This increase was partially offset by less favorable vehicle platform mix and lower production
volumes, particularly in North America, which collectively reduced net sales by $409 million.
Gross profit and gross margin were $221 million and 5.0% in the quarter ended July 2, 2005, as
compared to $372 million and 8.7% in the quarter ended July 3, 2004. The declines in gross profit
and gross margin were largely due to selling price reductions, less favorable vehicle platform mix
and lower production volumes, which collectively reduced gross profit
by $239 million. Gross
profit was also negatively affected by the net impact of higher commodity costs and, to a lesser
extent, costs incurred related to our restructuring actions. These decreases were partially offset
by the benefit from our productivity initiatives and other efficiencies.

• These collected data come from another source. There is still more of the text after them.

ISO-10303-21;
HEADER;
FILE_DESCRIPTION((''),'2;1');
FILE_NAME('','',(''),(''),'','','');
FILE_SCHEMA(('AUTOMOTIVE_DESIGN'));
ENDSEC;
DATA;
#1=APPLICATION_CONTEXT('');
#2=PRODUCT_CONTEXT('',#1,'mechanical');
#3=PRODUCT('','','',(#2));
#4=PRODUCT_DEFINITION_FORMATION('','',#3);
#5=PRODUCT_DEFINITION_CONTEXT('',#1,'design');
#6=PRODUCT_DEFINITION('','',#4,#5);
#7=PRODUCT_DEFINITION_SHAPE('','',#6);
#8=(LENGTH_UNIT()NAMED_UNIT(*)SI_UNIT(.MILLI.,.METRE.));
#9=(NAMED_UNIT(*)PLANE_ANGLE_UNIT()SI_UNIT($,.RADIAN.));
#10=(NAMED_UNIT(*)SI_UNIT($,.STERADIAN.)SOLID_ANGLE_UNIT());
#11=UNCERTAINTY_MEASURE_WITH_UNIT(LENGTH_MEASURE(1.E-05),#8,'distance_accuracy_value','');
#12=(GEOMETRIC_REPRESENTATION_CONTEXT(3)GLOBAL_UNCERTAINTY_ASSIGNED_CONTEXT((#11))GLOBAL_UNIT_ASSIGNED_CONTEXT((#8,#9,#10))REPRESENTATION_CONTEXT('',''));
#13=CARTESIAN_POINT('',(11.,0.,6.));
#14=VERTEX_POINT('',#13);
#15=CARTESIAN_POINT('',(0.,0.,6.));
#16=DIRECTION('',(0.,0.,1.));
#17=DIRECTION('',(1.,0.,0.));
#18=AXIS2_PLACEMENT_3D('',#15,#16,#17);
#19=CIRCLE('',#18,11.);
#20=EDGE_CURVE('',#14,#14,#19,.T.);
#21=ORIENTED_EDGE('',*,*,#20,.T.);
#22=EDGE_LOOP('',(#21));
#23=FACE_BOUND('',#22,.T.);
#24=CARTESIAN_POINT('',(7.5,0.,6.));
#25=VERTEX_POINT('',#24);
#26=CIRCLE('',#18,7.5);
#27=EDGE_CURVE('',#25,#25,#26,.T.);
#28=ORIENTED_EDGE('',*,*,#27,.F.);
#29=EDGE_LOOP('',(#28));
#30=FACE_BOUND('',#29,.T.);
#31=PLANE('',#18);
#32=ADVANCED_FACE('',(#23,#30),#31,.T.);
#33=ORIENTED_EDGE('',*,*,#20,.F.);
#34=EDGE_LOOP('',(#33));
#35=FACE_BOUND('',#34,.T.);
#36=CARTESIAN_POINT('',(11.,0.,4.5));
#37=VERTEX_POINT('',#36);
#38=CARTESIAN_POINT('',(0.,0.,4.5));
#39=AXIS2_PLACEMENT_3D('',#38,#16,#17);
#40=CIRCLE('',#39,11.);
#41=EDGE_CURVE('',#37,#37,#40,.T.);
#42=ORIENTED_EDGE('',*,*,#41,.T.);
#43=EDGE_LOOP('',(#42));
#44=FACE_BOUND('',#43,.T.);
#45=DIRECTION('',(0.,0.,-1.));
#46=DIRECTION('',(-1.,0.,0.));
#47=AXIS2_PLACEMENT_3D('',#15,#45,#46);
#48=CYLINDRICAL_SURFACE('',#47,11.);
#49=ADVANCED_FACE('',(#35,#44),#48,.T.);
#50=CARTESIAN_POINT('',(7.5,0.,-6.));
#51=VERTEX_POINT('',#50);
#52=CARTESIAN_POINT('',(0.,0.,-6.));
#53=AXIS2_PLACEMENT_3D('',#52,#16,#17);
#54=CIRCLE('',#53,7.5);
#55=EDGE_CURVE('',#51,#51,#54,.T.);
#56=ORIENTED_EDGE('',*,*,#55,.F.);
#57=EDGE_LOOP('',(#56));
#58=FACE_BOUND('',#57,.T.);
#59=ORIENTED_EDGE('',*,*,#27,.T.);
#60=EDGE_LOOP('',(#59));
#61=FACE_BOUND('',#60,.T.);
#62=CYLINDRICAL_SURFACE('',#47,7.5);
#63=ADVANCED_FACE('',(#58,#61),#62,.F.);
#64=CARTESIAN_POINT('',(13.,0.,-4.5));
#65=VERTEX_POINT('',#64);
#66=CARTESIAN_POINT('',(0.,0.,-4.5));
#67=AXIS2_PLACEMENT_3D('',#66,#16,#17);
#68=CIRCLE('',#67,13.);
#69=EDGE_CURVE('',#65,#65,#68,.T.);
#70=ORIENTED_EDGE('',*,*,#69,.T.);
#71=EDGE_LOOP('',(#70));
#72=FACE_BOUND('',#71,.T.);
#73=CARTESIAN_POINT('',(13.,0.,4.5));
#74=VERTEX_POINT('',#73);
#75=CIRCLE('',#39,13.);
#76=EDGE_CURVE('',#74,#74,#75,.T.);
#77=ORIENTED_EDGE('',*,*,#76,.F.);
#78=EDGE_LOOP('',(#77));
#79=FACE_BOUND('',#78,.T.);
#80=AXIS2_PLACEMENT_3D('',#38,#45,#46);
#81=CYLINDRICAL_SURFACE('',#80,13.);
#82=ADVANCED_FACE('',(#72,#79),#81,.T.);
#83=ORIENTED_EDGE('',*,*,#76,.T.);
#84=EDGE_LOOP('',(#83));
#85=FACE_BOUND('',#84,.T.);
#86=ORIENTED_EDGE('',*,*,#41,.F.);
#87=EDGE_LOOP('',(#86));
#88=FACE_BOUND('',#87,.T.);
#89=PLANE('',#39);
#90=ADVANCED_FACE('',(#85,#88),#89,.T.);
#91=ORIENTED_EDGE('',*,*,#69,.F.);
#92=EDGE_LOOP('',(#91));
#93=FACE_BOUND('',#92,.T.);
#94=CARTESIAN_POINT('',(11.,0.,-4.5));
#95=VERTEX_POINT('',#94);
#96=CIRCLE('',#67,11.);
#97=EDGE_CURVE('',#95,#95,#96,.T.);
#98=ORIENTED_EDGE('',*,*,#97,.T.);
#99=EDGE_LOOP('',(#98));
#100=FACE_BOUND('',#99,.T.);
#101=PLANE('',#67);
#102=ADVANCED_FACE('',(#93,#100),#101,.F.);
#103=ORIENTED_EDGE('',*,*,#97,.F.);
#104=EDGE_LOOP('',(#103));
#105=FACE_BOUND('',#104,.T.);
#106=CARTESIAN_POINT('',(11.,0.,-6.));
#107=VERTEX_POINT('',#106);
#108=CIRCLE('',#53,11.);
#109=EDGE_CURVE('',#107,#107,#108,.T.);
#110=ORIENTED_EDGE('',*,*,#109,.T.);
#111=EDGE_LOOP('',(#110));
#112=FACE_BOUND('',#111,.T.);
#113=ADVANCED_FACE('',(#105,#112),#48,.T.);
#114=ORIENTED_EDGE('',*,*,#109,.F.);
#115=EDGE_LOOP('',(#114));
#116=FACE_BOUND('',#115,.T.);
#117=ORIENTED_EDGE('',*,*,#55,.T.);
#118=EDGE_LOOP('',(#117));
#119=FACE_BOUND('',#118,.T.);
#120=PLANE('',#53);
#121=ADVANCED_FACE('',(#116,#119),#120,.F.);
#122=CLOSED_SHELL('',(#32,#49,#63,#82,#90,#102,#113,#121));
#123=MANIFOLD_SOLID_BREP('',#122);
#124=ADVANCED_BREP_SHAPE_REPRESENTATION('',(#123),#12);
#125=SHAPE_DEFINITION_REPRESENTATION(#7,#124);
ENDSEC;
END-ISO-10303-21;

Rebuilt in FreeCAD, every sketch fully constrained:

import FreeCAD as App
import Part
import Sketcher

V = App.Vector

doc = App.newDocument("Part")
params = doc.addObject("Spreadsheet::Sheet", "Params")
for row, (alias, value) in enumerate([
    ("sketch1_diameter", "22 mm"),
    ("sketch1_diameter2", "15 mm"),
    ("pad1_length", "12 mm"),
    ("sketch2_diameter", "26 mm"),
    ("sketch2_diameter2", "15 mm"),
    ("pad2_length", "9 mm"),
], start=1):
    params.set(f"A{row}", alias)
    params.set(f"B{row}", "=" + value)
    params.setAlias(f"B{row}", alias)

body = doc.addObject("PartDesign::Body", "Body")

# Sketch on XY plane
sketch1 = doc.addObject("Sketcher::SketchObject", "Sketch")
body.addObject(sketch1)
sketch1.AttachmentSupport = (doc.XY_Plane, [""])
sketch1.MapMode = "FlatFace"
sketch1.addGeometry([
    Part.Circle(V(0, 0, 0), V(0, 0, 1), 11),
    Part.Circle(V(0, 0, 0), V(0, 0, 1), 8),
], False)
sketch1.addConstraint([
    Sketcher.Constraint("Coincident", 0, 3, -1, 1),
    Sketcher.Constraint("Coincident", 1, 3, -1, 1),
    Sketcher.Constraint("Diameter", 0, 22.0),
    Sketcher.Constraint("Diameter", 1, 15.0),
])
sketch1.setExpression("Constraints[2]", "Params.sketch1_diameter")
sketch1.setExpression("Constraints[3]", "Params.sketch1_diameter2")
pad1 = doc.addObject("PartDesign::Pad", "Pad")
body.addObject(pad1)
pad1.Profile = sketch1
pad1.setExpression("Length", "Params.pad1_length")
pad1.Midplane = True

# Sketch on XY plane
sketch2 = doc.addObject("Sketcher::SketchObject", "Sketch001")
body.addObject(sketch2)
sketch2.AttachmentSupport = (doc.XY_Plane, [""])
sketch2.MapMode = "FlatFace"
sketch2.addGeometry([
    Part.Circle(V(0, 0, 0), V(0, 0, 1), 13),
    Part.Circle(V(0, 0, 0), V(0, 0, 1), 8),
], False)
sketch2.addConstraint([
    Sketcher.Constraint("Coincident", 0, 3, -1, 1),
    Sketcher.Constraint("Coincident", 1, 3, -1, 1),
    Sketcher.Constraint("Diameter", 0, 26.0),
    Sketcher.Constraint("Diameter", 1, 15.0),
])
sketch2.setExpression("Constraints[2]", "Params.sketch2_diameter")
sketch2.setExpression("Constraints[3]", "Params.sketch2_diameter2")
pad2 = doc.addObject("PartDesign::Pad", "Pad001")
body.addObject(pad2)
pad2.Profile = sketch2
pad2.setExpression("Length", "Params.pad2_length")
pad2.Midplane = True

doc.recompute()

Selling, general and administrative expenses, including research and development, were $191
million in the three months ended July 2, 2005, as compared to $159 million in the three months
ended July 3, 2004. As a percentage of net sales, selling, general and administrative expenses
were 4.3% and 3.7% in the second quarters of 2005 and 2004, respectively. Selling, general and
administrative expenses increased during the quarter primarily due to $30 million in
litigation-related charges, as well as incremental spending resulting from the acquisition of Grote
& Hartmann and costs incurred related to our restructuring strategy. These increases were
partially offset by a decrease in compensation-related expenses.

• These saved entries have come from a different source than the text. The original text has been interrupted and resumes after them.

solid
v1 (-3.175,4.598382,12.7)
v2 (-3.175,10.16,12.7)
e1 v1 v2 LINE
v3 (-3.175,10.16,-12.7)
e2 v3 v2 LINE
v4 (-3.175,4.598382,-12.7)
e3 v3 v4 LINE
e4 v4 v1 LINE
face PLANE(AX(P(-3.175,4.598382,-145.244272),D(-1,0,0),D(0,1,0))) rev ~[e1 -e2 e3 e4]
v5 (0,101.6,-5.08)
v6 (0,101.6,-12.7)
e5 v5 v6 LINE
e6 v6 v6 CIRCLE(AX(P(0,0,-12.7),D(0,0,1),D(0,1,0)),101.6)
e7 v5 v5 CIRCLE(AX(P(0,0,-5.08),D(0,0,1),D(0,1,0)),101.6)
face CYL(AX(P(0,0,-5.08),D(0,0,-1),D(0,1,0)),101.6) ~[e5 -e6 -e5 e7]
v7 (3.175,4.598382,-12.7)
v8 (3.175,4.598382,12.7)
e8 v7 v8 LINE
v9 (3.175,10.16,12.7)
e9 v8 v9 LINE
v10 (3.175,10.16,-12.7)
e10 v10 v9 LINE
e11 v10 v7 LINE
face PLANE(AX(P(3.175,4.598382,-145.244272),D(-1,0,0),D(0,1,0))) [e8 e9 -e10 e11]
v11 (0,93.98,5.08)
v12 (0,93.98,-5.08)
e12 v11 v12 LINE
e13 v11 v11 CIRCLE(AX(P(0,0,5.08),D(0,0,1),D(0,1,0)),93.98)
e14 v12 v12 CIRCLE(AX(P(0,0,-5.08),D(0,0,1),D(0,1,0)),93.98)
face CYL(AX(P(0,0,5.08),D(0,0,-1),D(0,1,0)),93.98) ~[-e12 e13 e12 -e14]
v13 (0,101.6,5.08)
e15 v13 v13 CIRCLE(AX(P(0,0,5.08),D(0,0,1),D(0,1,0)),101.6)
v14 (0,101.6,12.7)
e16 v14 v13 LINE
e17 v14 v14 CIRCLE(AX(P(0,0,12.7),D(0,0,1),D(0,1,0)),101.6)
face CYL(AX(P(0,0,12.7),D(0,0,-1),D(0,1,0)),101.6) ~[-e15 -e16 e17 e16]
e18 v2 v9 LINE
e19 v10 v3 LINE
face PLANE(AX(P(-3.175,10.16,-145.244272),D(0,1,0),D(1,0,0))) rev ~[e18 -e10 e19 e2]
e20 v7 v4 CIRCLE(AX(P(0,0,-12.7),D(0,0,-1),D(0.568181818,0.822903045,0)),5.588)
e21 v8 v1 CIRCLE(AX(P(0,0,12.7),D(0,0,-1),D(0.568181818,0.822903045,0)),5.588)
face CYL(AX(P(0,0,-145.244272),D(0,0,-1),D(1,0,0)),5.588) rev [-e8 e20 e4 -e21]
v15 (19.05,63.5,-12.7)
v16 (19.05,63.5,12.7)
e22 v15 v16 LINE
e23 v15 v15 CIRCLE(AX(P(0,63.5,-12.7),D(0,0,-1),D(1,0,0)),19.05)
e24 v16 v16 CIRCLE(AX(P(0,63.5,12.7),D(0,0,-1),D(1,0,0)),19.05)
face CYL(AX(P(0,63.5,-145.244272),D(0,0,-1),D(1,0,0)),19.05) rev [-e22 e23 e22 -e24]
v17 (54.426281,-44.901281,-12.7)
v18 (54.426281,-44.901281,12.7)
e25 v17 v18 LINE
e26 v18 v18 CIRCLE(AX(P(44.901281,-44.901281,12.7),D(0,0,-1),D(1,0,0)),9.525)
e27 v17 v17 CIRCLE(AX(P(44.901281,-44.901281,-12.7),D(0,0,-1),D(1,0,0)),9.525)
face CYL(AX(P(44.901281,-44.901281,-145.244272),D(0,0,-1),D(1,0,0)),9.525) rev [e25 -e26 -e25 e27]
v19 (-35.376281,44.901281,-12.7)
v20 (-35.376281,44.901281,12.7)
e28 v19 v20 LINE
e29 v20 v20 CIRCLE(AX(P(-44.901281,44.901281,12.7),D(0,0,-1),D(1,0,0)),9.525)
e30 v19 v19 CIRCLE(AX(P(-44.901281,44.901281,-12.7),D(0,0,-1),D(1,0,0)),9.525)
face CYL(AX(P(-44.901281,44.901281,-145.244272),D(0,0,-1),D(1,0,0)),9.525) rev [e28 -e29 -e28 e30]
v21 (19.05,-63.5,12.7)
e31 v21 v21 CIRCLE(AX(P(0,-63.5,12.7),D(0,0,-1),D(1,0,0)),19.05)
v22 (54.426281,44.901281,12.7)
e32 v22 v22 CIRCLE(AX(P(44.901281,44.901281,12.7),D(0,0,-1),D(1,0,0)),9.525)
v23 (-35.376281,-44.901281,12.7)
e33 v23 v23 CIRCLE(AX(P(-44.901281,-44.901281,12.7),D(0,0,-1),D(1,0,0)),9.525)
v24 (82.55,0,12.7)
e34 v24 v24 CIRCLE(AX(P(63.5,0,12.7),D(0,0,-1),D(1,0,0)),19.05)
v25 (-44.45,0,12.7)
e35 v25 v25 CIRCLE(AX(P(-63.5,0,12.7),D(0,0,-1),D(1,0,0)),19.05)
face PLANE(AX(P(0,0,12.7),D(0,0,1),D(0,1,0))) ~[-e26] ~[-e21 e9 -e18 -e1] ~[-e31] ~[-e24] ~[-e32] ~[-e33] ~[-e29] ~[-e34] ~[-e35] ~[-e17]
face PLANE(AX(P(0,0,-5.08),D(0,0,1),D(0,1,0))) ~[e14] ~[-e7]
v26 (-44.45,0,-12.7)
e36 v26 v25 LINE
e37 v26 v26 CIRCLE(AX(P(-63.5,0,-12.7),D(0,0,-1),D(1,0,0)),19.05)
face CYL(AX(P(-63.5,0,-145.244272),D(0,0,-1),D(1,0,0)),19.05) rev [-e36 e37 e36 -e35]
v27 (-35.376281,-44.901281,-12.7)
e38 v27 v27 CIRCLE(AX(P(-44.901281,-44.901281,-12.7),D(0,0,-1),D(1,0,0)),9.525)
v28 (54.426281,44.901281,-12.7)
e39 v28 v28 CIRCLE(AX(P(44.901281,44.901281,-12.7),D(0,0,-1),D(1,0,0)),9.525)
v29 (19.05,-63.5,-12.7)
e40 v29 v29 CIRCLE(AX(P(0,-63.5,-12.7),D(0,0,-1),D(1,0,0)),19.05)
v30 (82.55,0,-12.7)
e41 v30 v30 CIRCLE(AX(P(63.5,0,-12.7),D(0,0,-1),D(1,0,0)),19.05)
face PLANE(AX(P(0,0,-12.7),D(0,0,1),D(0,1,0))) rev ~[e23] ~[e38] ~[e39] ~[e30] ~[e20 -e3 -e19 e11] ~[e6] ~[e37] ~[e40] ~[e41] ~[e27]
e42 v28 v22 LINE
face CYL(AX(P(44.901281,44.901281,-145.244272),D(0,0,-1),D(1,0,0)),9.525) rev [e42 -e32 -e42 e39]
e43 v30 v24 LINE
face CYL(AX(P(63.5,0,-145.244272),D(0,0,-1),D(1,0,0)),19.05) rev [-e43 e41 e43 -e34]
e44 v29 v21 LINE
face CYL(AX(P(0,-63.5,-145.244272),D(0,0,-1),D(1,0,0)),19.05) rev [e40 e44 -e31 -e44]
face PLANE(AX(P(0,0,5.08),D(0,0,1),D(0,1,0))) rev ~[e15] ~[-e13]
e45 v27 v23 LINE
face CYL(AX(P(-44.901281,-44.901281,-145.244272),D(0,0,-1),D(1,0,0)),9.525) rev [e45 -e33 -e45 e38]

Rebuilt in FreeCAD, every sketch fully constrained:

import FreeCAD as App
import Part
import Sketcher
Q = App.Units.Quantity


def add_polygon(sketch, points):
    """Adds a closed chain of lines whose ends are joined by coincident constraints."""
    first, n = sketch.GeometryCount, len(points)
    for a, b in zip(points, points[1:] + points[:1]):
        sketch.addGeometry(Part.LineSegment(App.Vector(*a, 0), App.Vector(*b, 0)), False)
    for i in range(n):
        sketch.addConstraint(Sketcher.Constraint("Coincident", first + i, 2, first + (i + 1) % n, 1))

doc = App.newDocument("Part")
body = doc.addObject("PartDesign::Body", "Body")

# Sketch on YZ plane
sketch1 = doc.addObject("Sketcher::SketchObject", "Sketch")
body.addObject(sketch1)
sketch1.AttachmentSupport = (doc.YZ_Plane, [""])
sketch1.MapMode = "FlatFace"
add_polygon(sketch1, [(0, 13), (0, -13), (102, -13), (102, -5), (94, -5), (94, 5), (102, 5), (102, 13)])  # lines 0-7
sketch1.addConstraint([
    Sketcher.Constraint("Vertical", 0),
    Sketcher.Constraint("Horizontal", 1),
    Sketcher.Constraint("Vertical", 2),
    Sketcher.Constraint("Horizontal", 3),
    Sketcher.Constraint("Vertical", 4),
    Sketcher.Constraint("Horizontal", 5),
    Sketcher.Constraint("Vertical", 6),
    Sketcher.Constraint("Horizontal", 7),
    Sketcher.Constraint("Symmetric", 0, 2, 7, 2, -1, 1),
    Sketcher.Constraint("Symmetric", 2, 2, 5, 2, -1),
    Sketcher.Constraint("Equal", 5, 2),
    Sketcher.Constraint("DistanceX", 1, 1, 1, 2, Q("4 in")),
    Sketcher.Constraint("DistanceY", 0, 2, 0, 1, Q("1 in")),
    Sketcher.Constraint("DistanceX", 3, 2, 3, 1, Q("0.3 in")),
])
revolution = doc.addObject("PartDesign::Revolution", "Revolution")
body.addObject(revolution)
revolution.Profile = sketch1
revolution.ReferenceAxis = (sketch1, ["V_Axis"])
revolution.Angle = 360

# Sketch on XY plane
sketch2 = doc.addObject("Sketcher::SketchObject", "Sketch001")
body.addObject(sketch2)
sketch2.AttachmentSupport = (doc.XY_Plane, [""])
sketch2.MapMode = "FlatFace"
sketch2.addGeometry([
    Part.Circle(App.Vector(0, -64, 0), App.Vector(0, 0, 1), 19),  # 0
    Part.Circle(App.Vector(45, -45, 0), App.Vector(0, 0, 1), 10),  # 1
    Part.Circle(App.Vector(-64, 0, 0), App.Vector(0, 0, 1), 19),  # 2
    Part.Circle(App.Vector(-45, -45, 0), App.Vector(0, 0, 1), 10),  # 3
    Part.Circle(App.Vector(0, 64, 0), App.Vector(0, 0, 1), 19),  # 4
    Part.Circle(App.Vector(-45, 45, 0), App.Vector(0, 0, 1), 10),  # 5
    Part.Circle(App.Vector(64, 0, 0), App.Vector(0, 0, 1), 19),  # 6
    Part.Circle(App.Vector(45, 45, 0), App.Vector(0, 0, 1), 10),  # 7
], False)
sketch2.addConstraint([
    Sketcher.Constraint("Equal", 0, 2),
    Sketcher.Constraint("Equal", 1, 3),
    Sketcher.Constraint("Equal", 2, 4),
    Sketcher.Constraint("Equal", 3, 5),
    Sketcher.Constraint("Equal", 4, 6),
    Sketcher.Constraint("Equal", 5, 7),
    Sketcher.Constraint("Symmetric", 0, 3, 4, 3, -1, 1),
    Sketcher.Constraint("Symmetric", 1, 3, 5, 3, -1, 1),
    Sketcher.Constraint("Symmetric", 2, 3, 6, 3, -1, 1),
    Sketcher.Constraint("Symmetric", 3, 3, 7, 3, -1, 1),
    Sketcher.Constraint("Symmetric", 1, 3, 3, 3, -2),
    Sketcher.Constraint("PointOnObject", 0, 3, -2),
    Sketcher.Constraint("PointOnObject", 2, 3, -1),
    Sketcher.Constraint("Diameter", 0, Q("1.5 in")),
    Sketcher.Constraint("Diameter", 1, Q("0.75 in")),
    Sketcher.Constraint("DistanceY", 0, 3, 4, 3, Q("5 in")),
    Sketcher.Constraint("DistanceX", 2, 3, -1, 1, Q("2.5 in")),
    Sketcher.Constraint("DistanceX", -1, 1, 1, 3, Q("44.901281 mm")),
    Sketcher.Constraint("DistanceY", 1, 3, -1, 1, Q("44.901281 mm")),
])
pocket1 = doc.addObject("PartDesign::Pocket", "Pocket")
body.addObject(pocket1)
pocket1.Profile = sketch2
pocket1.Type = "ThroughAll"
pocket1.Midplane = True

# Sketch on XY plane
sketch3 = doc.addObject("Sketcher::SketchObject", "Sketch002")
body.addObject(sketch3)
sketch3.AttachmentSupport = (doc.XY_Plane, [""])
sketch3.MapMode = "FlatFace"
sketch3.addGeometry(Part.Circle(App.Vector(0, 0, 0), App.Vector(0, 0, 1), 6), False)
sketch3.addConstraint([
    Sketcher.Constraint("Coincident", 0, 3, -1, 1),
    Sketcher.Constraint("Diameter", 0, Q("0.44 in")),
])
pocket2 = doc.addObject("PartDesign::Pocket", "Pocket001")
body.addObject(pocket2)
pocket2.Profile = sketch3
pocket2.Type = "ThroughAll"
pocket2.Midplane = True

# Sketch on XY plane
sketch4 = doc.addObject("Sketcher::SketchObject", "Sketch003")
body.addObject(sketch4)
sketch4.AttachmentSupport = (doc.XY_Plane, [""])
sketch4.MapMode = "FlatFace"
add_polygon(sketch4, [(-3, 10), (-3, 5), (3, 5), (3, 10)])  # lines 0-3
sketch4.addConstraint([
    Sketcher.Constraint("Vertical", 0),
    Sketcher.Constraint("Horizontal", 1),
    Sketcher.Constraint("Vertical", 2),
    Sketcher.Constraint("Horizontal", 3),
    Sketcher.Constraint("DistanceX", 1, 1, 1, 2, Q("0.25 in")),
    Sketcher.Constraint("DistanceY", -1, 1, 2, 2, Q("0.4 in")),
    Sketcher.Constraint("DistanceX", 0, 2, -1, 1, Q("0.125 in")),
    Sketcher.Constraint("DistanceY", 0, 2, 0, 1, Q("5.561618 mm")),
])
pocket3 = doc.addObject("PartDesign::Pocket", "Pocket002")
body.addObject(pocket3)
pocket3.Profile = sketch4
pocket3.Type = "ThroughAll"
pocket3.Midplane = True

doc.recompute()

Interest expense was $48 million in the second quarter of 2005 as compared to $39 million in
the second quarter of 2004, primarily due to the interest component of litigation-related charges
and an increase in short-term interest rates.
Other expense, which includes state and local non-income taxes, foreign exchange gains and
losses, minority interests in consolidated subsidiaries, equity in net income (loss) of affiliates,
gains and losses on the sales of fixed assets and other miscellaneous income and expense, was $32
million in the second quarter of 2005 as compared to $15 million in the second quarter of 2004.
This increase is primarily related to a $17 million impairment charge on an equity investment in a
non-core business, which was subsequently divested.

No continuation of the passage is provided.